Synthetic pathways of monomers of the aforementioned polymers (PTB-7 and PBDTTT-CF) are multi-stepped and quite complicated. In order to decrease synthetic stages, there is developed poly{4,8-bis(2-ethylhexyloxy)benzo[1,2-b:4,5-b′]dithiophene-2,6-diyl-alt-4-(2-heptylcarbonyl)-thieno[3,4-b]thiophene-2,6-diyl} (abbreviated form: PDBTTT-C) in which hydrogen is substituted for fluorine of 5-position of thieno[3,4-b]thiophene of the PBDTTT-CF, but with this polymer, conversion efficiency is slightly decreased. With regard to the PDBTTT-C, it is known that the conversion efficiency is improved by replacing a 2-ethylhexyloxy group of substituents of 4-position and 8-position of a benzo[1,2-b:4,5-b′]dithiophene ring with a 5-(2-ethylhexyl) thienyl group.
As described above, conversion efficiency of a solar cell is largely affected not only by a skeletal structure of an organic semiconductor made of an organic high molecular compound but also by a side chain of the organic high molecular compound. Therefore, in order to improve performance of an organic thin film solar cell using the organic semiconductor, it is required to improve the skeletal structure and the side chain of the organic high molecular compound. Further, improvement of a life property in addition to improvement of an open circuit voltage is required of the organic thin film solar cell. In order to improve the life of the organic thin film solar cell, active substances (a donor and an acceptor) excellent in light stability and heat stability are required.

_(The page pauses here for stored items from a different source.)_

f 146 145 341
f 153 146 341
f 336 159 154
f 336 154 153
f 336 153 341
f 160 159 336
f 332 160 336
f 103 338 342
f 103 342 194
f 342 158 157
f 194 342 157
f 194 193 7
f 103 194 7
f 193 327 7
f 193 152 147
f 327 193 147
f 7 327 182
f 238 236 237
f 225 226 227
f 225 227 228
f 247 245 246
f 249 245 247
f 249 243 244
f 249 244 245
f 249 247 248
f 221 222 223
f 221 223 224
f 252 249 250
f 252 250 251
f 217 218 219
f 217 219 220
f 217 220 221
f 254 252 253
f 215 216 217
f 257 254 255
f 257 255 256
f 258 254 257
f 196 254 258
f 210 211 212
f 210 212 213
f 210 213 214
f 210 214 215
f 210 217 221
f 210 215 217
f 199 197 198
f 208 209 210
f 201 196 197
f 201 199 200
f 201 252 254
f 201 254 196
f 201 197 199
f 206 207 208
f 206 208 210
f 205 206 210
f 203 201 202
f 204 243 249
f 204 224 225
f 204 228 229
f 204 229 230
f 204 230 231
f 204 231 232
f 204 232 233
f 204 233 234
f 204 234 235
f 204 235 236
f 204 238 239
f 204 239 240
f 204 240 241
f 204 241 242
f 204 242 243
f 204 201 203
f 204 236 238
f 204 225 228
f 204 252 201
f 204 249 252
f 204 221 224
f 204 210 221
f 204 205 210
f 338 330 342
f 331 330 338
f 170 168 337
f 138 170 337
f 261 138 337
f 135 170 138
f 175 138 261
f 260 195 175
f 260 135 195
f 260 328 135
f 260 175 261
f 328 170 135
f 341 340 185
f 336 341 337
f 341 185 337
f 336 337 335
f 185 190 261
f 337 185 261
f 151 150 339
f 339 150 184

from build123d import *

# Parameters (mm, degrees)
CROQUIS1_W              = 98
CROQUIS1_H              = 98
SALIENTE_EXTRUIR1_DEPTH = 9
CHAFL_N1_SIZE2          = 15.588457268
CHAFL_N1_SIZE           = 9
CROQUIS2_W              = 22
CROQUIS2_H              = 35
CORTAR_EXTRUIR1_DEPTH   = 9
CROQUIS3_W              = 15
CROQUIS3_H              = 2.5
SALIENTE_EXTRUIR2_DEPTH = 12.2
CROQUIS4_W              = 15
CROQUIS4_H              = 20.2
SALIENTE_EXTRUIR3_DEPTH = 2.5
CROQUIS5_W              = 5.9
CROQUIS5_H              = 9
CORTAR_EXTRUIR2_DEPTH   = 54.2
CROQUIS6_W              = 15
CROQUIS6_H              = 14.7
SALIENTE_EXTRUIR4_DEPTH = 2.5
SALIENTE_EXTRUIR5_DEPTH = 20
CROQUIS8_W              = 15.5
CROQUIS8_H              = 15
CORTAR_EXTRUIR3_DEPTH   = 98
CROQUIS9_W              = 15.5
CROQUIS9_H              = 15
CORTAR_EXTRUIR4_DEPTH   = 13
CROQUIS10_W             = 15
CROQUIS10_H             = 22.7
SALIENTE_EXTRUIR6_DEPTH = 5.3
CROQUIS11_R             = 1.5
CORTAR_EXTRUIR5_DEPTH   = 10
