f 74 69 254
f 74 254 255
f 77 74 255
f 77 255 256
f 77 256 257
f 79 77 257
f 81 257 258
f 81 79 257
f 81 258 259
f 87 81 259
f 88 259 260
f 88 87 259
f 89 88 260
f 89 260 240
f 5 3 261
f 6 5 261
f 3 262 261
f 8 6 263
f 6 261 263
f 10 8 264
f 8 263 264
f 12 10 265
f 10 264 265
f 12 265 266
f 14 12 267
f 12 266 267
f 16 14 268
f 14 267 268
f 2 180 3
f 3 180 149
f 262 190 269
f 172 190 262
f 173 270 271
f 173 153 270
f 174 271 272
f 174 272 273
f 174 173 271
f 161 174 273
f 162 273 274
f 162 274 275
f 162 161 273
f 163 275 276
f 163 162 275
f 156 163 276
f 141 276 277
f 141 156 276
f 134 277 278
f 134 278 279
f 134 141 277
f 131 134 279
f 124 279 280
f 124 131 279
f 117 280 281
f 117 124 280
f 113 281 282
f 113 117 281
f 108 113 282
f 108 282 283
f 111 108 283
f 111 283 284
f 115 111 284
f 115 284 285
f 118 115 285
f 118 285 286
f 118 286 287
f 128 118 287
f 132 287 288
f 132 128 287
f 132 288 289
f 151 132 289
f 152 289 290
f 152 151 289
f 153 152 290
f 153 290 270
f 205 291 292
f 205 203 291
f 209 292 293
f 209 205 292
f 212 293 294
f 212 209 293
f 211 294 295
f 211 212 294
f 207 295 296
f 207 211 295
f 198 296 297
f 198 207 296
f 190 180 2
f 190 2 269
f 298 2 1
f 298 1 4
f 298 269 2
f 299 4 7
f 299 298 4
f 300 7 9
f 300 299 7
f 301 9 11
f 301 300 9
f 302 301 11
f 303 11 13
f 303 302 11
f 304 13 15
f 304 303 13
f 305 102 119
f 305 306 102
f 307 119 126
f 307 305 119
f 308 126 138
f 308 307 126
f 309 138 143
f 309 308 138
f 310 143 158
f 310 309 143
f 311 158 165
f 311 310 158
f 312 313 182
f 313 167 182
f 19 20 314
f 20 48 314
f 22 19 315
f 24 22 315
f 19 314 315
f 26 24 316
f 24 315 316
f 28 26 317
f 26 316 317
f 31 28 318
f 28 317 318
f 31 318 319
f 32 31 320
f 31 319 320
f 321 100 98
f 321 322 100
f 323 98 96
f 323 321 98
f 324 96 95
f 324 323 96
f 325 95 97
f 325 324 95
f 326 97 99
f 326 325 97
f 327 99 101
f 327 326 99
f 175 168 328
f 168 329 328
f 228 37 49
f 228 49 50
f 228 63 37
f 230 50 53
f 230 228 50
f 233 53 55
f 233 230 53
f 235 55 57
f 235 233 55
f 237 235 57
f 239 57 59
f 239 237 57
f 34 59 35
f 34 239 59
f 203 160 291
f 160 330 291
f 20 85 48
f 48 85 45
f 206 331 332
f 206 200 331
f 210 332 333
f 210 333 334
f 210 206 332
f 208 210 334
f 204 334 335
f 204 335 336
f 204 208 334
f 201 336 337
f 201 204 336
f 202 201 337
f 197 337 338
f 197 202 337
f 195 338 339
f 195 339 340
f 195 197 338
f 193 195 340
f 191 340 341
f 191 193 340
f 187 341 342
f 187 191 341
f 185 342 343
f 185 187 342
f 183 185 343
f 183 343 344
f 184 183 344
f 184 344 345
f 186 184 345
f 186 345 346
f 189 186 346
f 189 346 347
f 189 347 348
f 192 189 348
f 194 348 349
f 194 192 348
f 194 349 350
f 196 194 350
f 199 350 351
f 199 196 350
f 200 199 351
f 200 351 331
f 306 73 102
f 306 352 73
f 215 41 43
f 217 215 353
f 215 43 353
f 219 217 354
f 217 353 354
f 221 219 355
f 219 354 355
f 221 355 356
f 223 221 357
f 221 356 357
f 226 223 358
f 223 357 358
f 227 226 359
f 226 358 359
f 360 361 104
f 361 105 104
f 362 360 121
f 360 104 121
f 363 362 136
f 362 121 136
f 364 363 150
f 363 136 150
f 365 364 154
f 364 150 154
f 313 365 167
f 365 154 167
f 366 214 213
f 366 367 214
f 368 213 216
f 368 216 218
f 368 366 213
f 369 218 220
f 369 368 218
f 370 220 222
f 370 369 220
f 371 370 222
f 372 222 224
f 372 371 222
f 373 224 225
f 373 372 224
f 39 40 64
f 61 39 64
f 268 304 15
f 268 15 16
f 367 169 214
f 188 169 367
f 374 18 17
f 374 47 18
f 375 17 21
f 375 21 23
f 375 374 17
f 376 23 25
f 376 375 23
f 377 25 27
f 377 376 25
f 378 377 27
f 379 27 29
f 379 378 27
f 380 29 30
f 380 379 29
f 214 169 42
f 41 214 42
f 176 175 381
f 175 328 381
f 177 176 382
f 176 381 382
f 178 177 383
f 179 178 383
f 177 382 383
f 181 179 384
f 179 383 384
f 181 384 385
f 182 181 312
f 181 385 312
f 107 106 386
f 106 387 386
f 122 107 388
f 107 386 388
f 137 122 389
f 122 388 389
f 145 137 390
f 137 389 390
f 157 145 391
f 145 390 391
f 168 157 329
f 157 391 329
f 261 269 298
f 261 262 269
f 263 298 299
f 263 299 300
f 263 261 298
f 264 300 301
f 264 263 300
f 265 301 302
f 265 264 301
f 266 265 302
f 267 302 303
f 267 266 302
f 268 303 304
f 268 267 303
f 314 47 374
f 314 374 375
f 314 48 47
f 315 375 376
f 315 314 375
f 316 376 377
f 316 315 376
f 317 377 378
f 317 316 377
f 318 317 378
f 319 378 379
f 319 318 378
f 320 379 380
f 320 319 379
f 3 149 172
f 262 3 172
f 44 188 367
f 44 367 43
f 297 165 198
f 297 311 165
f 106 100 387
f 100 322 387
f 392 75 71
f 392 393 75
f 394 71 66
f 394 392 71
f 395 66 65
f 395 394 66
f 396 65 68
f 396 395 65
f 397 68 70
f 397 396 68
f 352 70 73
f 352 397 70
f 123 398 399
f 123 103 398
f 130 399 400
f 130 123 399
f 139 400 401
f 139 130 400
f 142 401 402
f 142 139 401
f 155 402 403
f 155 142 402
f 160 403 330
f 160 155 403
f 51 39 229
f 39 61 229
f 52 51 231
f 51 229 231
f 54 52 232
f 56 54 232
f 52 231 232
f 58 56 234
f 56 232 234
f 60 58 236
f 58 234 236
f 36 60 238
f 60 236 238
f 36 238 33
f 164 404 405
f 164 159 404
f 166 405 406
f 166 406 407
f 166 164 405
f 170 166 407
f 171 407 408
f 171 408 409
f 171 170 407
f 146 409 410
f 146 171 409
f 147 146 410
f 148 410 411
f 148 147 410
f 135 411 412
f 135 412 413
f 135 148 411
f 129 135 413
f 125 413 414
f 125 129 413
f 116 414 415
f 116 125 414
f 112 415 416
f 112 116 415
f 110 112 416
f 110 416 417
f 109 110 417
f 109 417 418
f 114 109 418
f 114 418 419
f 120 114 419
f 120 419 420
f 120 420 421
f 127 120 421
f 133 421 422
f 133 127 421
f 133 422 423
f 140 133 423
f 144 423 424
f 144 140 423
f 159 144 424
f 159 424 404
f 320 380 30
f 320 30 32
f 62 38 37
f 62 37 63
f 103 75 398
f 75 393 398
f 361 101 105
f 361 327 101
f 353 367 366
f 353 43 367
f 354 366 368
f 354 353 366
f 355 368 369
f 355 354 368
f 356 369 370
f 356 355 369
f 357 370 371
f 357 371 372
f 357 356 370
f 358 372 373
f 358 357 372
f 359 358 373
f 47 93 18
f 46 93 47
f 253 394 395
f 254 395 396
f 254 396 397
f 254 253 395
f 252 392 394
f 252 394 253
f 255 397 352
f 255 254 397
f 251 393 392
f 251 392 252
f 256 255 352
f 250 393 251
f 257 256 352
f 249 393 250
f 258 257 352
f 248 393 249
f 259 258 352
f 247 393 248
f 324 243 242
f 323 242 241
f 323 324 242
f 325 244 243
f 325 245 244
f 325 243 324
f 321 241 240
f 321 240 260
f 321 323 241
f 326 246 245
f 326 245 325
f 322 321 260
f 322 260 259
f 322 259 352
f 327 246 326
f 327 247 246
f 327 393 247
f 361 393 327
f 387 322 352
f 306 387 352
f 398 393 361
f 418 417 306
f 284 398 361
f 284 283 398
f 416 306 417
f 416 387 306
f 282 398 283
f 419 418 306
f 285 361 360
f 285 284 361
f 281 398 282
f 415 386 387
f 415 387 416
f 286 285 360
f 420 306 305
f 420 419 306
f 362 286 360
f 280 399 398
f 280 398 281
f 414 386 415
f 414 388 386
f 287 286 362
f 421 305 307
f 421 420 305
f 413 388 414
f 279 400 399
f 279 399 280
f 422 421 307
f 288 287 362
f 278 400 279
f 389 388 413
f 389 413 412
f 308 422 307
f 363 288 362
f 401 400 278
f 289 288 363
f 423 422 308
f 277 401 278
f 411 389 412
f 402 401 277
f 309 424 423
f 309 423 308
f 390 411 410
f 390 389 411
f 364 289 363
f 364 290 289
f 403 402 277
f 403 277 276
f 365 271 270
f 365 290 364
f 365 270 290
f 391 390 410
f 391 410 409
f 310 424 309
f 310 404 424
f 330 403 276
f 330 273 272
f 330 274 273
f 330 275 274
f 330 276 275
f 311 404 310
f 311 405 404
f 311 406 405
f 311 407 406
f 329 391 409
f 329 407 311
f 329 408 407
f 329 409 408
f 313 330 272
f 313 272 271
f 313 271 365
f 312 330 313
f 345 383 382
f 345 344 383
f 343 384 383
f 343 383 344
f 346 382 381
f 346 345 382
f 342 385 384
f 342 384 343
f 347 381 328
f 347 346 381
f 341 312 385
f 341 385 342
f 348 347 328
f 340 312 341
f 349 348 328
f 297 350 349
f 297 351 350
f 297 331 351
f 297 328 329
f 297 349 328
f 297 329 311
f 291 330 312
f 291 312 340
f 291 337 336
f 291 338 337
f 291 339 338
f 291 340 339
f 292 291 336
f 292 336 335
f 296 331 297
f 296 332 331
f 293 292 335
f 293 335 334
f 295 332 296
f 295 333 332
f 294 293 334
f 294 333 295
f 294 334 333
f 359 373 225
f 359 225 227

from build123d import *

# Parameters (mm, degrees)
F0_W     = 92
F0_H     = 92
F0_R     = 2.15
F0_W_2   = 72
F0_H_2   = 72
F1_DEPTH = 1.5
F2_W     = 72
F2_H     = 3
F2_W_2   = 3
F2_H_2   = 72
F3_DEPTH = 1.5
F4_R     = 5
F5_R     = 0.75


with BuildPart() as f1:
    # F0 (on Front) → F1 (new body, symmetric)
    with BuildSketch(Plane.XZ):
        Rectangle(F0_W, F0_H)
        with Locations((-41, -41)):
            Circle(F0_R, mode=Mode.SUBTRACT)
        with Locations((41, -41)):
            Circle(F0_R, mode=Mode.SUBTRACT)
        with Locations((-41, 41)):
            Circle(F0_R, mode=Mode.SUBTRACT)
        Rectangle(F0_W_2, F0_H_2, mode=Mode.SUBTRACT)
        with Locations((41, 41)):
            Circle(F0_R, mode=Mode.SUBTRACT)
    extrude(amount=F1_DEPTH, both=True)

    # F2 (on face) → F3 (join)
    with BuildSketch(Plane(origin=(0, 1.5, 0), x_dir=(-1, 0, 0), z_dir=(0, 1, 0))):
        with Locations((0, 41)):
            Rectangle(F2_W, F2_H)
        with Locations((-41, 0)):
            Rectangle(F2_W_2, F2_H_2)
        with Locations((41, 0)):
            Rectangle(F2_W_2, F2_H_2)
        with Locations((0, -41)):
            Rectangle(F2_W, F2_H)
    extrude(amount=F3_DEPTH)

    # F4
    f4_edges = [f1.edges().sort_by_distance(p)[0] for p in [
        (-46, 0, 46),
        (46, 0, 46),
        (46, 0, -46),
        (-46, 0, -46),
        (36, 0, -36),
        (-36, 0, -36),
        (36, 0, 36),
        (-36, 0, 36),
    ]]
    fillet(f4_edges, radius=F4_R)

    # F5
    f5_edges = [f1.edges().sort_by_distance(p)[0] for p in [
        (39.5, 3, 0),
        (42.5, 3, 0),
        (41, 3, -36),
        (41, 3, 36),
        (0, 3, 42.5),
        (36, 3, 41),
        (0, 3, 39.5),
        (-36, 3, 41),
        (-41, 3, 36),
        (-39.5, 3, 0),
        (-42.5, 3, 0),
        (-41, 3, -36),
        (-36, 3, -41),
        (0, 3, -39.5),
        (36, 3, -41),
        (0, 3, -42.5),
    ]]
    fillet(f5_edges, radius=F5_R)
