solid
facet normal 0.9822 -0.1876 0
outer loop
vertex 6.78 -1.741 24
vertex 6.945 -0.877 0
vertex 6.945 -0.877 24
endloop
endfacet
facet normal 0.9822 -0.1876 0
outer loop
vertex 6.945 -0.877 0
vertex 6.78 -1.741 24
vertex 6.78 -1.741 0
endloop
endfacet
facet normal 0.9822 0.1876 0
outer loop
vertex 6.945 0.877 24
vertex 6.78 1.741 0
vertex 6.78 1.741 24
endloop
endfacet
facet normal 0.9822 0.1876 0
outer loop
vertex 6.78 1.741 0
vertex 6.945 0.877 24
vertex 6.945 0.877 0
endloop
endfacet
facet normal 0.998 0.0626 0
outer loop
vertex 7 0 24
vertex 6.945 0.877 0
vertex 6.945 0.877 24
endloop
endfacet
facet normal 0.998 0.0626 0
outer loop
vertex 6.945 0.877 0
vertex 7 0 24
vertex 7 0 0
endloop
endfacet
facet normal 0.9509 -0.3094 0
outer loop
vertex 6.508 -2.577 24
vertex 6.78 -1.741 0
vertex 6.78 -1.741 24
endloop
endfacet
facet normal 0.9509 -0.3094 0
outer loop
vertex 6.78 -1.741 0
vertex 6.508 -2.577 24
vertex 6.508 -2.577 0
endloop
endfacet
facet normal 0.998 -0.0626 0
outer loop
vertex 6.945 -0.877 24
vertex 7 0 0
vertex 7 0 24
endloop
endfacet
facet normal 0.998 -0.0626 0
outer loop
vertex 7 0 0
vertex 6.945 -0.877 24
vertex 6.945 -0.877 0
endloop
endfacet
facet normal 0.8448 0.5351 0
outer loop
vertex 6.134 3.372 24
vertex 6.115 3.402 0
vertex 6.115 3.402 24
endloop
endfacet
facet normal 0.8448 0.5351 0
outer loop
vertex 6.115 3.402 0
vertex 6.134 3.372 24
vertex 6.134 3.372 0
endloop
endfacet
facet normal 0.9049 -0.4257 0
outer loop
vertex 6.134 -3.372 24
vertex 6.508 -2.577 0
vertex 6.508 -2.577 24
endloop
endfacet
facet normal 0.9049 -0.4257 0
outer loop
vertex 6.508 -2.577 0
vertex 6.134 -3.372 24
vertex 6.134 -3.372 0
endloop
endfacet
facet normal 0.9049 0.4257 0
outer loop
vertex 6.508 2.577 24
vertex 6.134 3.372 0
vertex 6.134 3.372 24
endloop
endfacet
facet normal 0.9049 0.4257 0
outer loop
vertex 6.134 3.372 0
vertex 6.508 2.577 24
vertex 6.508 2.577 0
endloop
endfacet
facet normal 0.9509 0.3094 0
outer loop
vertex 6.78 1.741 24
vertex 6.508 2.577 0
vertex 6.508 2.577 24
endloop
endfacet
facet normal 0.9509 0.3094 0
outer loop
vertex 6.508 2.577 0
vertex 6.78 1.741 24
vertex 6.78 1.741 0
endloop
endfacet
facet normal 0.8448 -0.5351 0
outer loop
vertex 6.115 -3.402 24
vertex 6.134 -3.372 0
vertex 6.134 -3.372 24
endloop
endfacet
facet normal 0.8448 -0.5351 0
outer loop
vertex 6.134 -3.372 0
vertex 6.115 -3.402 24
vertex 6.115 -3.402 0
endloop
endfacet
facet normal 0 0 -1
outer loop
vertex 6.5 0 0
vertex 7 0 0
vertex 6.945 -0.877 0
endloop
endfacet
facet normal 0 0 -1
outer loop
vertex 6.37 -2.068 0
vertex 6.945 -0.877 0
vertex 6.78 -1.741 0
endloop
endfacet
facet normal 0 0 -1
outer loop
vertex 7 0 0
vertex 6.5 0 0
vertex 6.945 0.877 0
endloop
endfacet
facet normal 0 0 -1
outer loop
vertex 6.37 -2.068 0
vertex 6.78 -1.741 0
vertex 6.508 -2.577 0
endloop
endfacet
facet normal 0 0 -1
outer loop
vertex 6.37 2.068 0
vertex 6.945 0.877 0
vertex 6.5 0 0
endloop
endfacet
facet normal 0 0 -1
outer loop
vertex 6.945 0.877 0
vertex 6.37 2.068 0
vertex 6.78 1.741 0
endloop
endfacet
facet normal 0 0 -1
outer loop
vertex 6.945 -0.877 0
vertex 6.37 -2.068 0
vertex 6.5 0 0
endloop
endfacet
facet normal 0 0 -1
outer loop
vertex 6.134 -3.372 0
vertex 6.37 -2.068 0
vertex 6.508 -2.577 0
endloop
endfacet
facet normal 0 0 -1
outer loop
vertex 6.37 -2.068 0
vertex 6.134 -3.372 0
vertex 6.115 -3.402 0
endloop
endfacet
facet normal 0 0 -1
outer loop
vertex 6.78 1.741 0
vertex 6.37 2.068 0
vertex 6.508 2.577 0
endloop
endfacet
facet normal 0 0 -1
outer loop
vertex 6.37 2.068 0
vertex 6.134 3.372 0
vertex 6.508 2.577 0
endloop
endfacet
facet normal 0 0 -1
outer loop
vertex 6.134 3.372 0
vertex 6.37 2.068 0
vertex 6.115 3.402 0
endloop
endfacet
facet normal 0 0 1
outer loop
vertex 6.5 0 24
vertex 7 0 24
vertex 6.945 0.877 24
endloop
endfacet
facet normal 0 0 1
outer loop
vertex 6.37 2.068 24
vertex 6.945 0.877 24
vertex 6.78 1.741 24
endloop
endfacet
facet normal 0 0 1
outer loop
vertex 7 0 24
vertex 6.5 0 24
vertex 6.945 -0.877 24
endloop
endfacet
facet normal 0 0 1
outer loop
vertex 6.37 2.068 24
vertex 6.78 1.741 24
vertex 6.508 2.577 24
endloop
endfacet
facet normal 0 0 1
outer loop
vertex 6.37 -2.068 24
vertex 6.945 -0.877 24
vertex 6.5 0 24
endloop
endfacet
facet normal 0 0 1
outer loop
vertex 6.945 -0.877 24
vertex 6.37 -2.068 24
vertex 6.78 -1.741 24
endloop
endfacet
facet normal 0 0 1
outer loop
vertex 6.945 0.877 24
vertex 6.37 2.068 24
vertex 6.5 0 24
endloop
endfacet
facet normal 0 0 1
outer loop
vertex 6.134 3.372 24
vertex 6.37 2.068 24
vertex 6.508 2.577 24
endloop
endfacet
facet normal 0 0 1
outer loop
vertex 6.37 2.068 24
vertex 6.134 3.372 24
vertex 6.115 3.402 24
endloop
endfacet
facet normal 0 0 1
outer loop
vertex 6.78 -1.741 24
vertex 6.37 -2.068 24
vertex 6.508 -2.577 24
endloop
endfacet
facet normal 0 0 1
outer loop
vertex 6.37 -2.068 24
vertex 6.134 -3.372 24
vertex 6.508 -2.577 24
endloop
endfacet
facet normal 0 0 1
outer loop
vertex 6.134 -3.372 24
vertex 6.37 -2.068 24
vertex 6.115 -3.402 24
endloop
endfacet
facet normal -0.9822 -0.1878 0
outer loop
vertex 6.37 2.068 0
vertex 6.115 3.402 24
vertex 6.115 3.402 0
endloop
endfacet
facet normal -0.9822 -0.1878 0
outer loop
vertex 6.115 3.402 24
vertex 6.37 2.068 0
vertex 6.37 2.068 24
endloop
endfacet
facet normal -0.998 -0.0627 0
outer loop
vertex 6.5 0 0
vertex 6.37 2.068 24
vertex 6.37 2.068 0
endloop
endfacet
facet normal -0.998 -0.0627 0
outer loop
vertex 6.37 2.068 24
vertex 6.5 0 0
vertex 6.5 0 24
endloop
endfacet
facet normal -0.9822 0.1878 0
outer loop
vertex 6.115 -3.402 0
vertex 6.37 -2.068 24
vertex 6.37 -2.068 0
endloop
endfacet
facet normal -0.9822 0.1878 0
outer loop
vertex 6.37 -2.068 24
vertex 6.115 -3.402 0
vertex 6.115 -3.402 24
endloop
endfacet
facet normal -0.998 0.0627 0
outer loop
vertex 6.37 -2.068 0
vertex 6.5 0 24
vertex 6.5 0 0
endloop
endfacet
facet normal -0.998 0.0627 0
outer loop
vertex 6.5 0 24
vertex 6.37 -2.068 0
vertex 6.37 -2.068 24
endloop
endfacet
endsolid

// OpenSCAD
$fn = 50;


difference() {
	union() {
		cylinder(h = 24, r = 7.0000000000);
		translate(v = [-13.0000000000, 0, 0]) {
			cylinder(h = 24, r = 7.0000000000);
		}
	}
	union() {
		cylinder(h = 24, r = 3.2500000000);
		cylinder(h = 24, r = 1.8000000000);
		cylinder(h = 24, r = 1.8000000000);
		cylinder(h = 24, r = 1.8000000000);
		translate(v = [-17.5000000000, 0, 0]) {
			hull() {
				translate(v = [-3.7500000000, 0.0000000000, 0]) {
					cylinder(h = 24, r = 10.5000000000);
				}
				translate(v = [3.7500000000, 0.0000000000, 0]) {
					cylinder(h = 24, r = 10.5000000000);
				}
				translate(v = [-3.7500000000, -0.0000000000, 0]) {
					cylinder(h = 24, r = 10.5000000000);
				}
				translate(v = [3.7500000000, -0.0000000000, 0]) {
					cylinder(h = 24, r = 10.5000000000);
				}
			}
		}
		translate(v = [-10.0000000000, 0, 0.0000000000]) {
			cylinder(h = 24, r = 16.5000000000);
		}
	}
}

Further, researches have recently been made on an organic/inorganic hybrid solar cell whose energy conversion efficiency is improved by using an organic/inorganic hybrid perovskite compound or an inorganic perovskite compound for a photoelectric conversion layer. In the organic/inorganic hybrid solar cell, polyarylamine or 2,2′,7,7′-tetrakis(N,N-methoxyphenylamine)-9,9′-spirobifluorene (spiro-OMeTAD) is used as a hole transport layer. Further, in order to enhance conversion efficiency, a dopant such as t-butylpyridine (TBP) or bis(trifluoromethanesulfonyl)imidelithium (Li-TFSI) is used. However, since TBP is liquid and Li-TFSI is a hygroscopic substance, there occurs performance deterioration caused by diffusion or dissipation of TBP to the photoelectric conversion layer due to a temperature increase, by absorption of water molecules due to deliquescence of Li-TFSI, and so on. This is a cause to shorten the life of the organic/inorganic hybrid solar cell. It has been also proposed to use P3HT being a p-type material as the hole transport layer, but sufficient power generation efficiency cannot be obtained in this case.